By not marketing to the wrong markets, in the wrong places, and by not blanketing the advertising out there but by being much more targeted they've been able to generate savings.

Corey Peterson, Chief Sustainability Officer, University of Tasmania

Marketers, through their obsession with personalisation, reliance on programmatic advertising, and pole position as generative AI first movers, are high-octane contributors to their organisation's carbon emissions.

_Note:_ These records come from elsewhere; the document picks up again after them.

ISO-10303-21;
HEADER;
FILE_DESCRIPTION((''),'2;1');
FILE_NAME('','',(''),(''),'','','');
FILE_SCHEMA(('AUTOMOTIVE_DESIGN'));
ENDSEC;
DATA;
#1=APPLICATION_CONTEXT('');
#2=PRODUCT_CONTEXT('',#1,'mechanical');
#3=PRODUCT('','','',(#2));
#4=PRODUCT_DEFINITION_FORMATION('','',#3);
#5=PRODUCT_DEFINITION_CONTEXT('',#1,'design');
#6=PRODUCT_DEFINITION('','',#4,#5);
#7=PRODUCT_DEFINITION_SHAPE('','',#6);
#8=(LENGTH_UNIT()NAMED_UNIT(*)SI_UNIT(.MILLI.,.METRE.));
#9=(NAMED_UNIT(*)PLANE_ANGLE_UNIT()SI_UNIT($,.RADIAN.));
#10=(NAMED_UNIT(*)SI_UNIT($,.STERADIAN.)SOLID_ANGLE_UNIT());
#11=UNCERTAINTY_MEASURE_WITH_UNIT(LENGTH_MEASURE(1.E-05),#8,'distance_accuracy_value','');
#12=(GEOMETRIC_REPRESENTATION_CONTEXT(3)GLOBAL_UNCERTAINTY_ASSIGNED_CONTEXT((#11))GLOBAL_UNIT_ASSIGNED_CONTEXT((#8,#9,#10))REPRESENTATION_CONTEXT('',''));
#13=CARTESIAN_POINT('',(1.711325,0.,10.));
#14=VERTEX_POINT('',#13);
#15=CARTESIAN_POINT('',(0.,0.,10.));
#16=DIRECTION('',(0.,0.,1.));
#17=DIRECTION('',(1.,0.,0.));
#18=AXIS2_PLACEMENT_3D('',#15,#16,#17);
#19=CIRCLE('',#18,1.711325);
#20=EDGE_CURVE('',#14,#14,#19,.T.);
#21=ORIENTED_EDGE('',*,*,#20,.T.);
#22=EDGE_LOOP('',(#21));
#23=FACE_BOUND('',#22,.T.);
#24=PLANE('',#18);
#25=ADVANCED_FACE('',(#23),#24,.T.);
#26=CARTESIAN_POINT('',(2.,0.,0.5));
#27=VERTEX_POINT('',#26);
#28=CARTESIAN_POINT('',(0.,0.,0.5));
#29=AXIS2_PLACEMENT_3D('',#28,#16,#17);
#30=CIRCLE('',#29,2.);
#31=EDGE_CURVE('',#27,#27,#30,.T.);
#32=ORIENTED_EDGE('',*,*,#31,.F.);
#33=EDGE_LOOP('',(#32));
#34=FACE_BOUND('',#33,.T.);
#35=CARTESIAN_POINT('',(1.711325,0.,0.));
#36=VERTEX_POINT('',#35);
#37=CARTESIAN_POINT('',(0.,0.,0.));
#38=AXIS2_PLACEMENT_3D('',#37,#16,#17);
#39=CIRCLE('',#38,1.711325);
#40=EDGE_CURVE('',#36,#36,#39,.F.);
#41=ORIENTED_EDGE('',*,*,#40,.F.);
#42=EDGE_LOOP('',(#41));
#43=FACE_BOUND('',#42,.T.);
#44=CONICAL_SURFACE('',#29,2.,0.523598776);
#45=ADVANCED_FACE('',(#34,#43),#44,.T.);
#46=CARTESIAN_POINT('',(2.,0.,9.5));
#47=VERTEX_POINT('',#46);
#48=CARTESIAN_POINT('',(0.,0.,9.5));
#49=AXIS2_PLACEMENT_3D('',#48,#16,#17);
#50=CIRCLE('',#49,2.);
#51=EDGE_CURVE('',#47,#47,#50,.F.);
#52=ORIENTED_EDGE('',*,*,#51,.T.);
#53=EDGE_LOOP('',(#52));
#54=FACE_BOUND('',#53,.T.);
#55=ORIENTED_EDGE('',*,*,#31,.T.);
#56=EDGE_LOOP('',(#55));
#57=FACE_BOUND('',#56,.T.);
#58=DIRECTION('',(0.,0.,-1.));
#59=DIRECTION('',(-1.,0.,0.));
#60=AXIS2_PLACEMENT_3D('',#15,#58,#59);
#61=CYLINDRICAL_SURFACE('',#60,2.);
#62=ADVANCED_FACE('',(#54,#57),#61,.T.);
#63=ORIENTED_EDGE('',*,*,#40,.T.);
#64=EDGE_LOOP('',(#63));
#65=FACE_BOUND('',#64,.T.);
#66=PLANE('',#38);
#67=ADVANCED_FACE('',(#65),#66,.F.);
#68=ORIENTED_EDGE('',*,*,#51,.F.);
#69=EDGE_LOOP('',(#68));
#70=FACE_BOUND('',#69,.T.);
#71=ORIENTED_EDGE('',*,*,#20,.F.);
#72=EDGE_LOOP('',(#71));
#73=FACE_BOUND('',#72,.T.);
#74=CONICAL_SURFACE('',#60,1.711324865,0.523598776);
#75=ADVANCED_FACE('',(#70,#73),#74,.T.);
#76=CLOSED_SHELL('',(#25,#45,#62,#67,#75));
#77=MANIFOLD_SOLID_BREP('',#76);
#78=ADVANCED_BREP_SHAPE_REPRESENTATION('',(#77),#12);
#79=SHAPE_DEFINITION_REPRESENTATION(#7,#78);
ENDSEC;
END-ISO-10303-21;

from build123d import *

# Parameters (mm, degrees)
SKETCH1_R           = 2
BOSS_EXTRUDE1_DEPTH = 10
CHAMFER1_SIZE       = 0.5
CHAMFER1_SIZE2      = 0.288675135


with BuildPart() as part:
    # Sketch1 → Boss-Extrude1 (new body)
    with BuildSketch(Plane.XY):
        Circle(SKETCH1_R)
    extrude(amount=BOSS_EXTRUDE1_DEPTH)

    # Chamfer1
    chamfer1_edges = [part.edges().sort_by_distance(p)[0] for p in [
        (-2, 0, 0),
        (-2, 0, 10),
    ]]
    chamfer1_side = [part.faces().sort_by_distance(p)[0] for p in [
        (-2, 0, 5),
    ]]
    chamfer(chamfer1_edges, length=CHAMFER1_SIZE, length2=CHAMFER1_SIZE2, reference=chamfer1_side[0])


solid = part.part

The problem is compounded in Australia by a power grid that remains highly reliant on coal.

According to Hearts & Science's chief digital and innovation officer, Ashley Wong, last year "7.2 million tons of carbon were generated from advertising and marketing, specifically from digital advertising".

And it's getting worse.

"We are personalising and making things more addressable. If you think about streaming video we've gone from a world where someone turns on a TV and that signal's being transmitted once, but now we're in a world where everyone's on BVOD or on YouTube, think of all the different servers that are involved in delivering that one to one content."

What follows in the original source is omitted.